First, non-party 101 Studios, LLC has nothing to do with the causes of action alleged in the FAC, which arise from the allegations that Defendants fraudulently induced Plaintiff to sign an agreement. Second, although the filing indicates a California address for Defendant Styslinger in his role as one of twelve directors, the identified address is not identified as Defendant Styslinger’s “domicile”; instead, the address listed under his name is an office address that is repeated for every one of the 12 directors of 101 Studios LLC and is also identified as the principal place of business for 101 Studios, LLC. (Snyder Decl., Ex. 1.)

 

Finally, and most importantly, Defendant Styslinger’s position as nonresident director of an LLC does not by itself permit the Court to exercise jurisdiction over him.

 

“[J]urisdiction over an employee does not automatically follow from jurisdiction over the corporation which employs him[.]” (Keeton v.
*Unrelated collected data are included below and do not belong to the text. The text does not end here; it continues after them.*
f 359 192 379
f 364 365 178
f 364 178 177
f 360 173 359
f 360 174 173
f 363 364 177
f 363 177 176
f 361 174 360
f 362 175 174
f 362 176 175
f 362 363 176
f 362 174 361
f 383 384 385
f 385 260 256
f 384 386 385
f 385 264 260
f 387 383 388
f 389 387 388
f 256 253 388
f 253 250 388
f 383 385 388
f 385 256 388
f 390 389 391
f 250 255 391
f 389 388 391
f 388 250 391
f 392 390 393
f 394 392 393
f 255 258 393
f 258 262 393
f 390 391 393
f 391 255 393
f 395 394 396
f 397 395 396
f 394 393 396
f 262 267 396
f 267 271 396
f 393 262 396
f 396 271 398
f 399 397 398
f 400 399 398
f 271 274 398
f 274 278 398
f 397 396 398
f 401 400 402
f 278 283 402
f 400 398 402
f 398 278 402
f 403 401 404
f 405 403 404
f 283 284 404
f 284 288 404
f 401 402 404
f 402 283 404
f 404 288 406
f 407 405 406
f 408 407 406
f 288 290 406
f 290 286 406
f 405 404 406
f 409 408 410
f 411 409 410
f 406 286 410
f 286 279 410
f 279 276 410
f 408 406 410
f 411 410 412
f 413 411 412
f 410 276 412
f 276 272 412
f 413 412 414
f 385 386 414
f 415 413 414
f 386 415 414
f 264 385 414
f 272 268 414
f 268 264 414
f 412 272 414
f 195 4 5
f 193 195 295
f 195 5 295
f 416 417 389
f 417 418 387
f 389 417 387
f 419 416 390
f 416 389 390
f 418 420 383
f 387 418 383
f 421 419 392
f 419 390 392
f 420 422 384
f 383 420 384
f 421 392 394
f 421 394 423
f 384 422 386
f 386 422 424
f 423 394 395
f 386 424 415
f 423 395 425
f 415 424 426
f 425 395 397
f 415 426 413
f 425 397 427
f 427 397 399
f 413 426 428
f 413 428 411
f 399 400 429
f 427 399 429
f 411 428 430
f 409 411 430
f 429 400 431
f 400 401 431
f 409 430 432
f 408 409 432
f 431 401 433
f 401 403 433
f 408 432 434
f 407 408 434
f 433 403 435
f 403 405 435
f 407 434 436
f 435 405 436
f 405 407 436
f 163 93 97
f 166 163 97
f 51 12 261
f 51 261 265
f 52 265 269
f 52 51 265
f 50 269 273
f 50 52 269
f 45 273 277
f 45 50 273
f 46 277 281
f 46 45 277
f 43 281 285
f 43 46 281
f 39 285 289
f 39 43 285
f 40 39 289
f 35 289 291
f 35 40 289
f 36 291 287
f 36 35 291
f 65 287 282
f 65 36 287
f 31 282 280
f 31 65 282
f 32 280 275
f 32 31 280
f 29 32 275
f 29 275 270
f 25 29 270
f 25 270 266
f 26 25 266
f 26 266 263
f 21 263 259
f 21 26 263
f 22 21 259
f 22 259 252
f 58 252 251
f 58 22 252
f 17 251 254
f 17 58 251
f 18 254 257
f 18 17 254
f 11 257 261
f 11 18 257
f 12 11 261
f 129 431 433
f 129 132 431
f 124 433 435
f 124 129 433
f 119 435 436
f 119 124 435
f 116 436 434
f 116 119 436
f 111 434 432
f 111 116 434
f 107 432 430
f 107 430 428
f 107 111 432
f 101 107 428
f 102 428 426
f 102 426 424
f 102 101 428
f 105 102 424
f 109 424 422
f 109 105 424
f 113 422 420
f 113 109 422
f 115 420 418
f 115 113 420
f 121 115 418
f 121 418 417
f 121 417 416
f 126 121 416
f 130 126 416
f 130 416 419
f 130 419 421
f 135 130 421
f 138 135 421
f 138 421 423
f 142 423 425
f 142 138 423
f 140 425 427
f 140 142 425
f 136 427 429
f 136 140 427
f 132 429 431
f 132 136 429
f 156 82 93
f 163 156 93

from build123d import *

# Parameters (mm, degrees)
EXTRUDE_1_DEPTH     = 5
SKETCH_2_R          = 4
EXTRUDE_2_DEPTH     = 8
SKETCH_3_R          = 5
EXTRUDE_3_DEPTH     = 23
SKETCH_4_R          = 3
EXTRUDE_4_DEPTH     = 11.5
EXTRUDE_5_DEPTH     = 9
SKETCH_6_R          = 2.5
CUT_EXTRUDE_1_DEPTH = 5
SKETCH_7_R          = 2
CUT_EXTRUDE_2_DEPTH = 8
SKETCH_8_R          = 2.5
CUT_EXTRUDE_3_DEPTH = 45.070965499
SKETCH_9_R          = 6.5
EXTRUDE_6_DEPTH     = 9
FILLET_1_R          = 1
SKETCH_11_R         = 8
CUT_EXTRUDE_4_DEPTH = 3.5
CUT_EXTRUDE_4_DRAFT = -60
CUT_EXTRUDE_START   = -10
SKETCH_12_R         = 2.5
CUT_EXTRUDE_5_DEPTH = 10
Hustler Magazine, Inc. (1984) 465 U.S. 770, 781, fn. 13; see Goehring v. Superior Court (1998) 62 Cal.App.4th 894, 904 [“jurisdiction over a partnership does not necessarily permit a court to assume jurisdiction over the individual partners”]; Colt Studio, Inc. v. Badpuppy Enterprise (C.D. Cal. 1999) 75 F.Supp.2d 1104, 1111 [“The mere fact that a corporation is subject to local jurisdiction does not necessarily mean its nonresident officers, directors, agents, and employees are suable locally as well.”].)

 

This rule is in keeping with the principle that jurisdiction cannot be vicarious or derivative, but must be established with respect to each prospective nonresident defendant. (See, e.g., Walden v. Fiore (2014) 571 U.S. 277, 284 [the relationship between the defendant and the forum State “must arise out of contacts that the ‘defendant himself’ creates with the forum State”]; Sibley v. Superior Court (1976) 16 Cal.3d 442, 448 [“the purpose of other parties cannot be imputed to petitioner for the purpose of assuming personal jurisdiction over him”]; In re Automobile Antitrust Cases I & II (2005) 135 Cal.App.4th 100, 110 [“The jurisdictional facts shown must pertain to each separate nonresident defendant”].)

 

Here, Plaintiff’s evidence shows nothing more than Defendant Styslinger was one of 12 directors for 101 Studios, LLC. There is no evidence of Defendant Styslinger’s “control of, and direct participation in the alleged activities” of the LLC. (Clarus Transphase Scientific, Inc. v. Q-Ray, Inc. (N.D. Cal., Aug. 16, 2006, No. C 06-3450 JF RS) 2006 WL 2374738, at *3.)[1] Plaintiffs failed to identify any “specific facts, transactions, or conduct” that might give rise to personal jurisdiction.

           

            Accordingly, Plaintiff fails to meet his burden of establishing general jurisdiction or the first two requirements for specific jurisdiction. As Plaintiff failed to meet his burden of establishing the first two requirements for specific jurisdiction, the Court need not address whether exercise of jurisdiction would be fair and reasonable.

           

Conclusion

 

The Court grants Defendant Styslinger’s motion to quash for lack of personal jurisdiction and dismisses him from this case.



[1]           However, as noted above, even this evidence would, alone, be insufficient to extend specific jurisdiction over Defendant Styslinger, where 101 Studios, LLC is a completely unrelated entity with respect to the allegations in the FAC.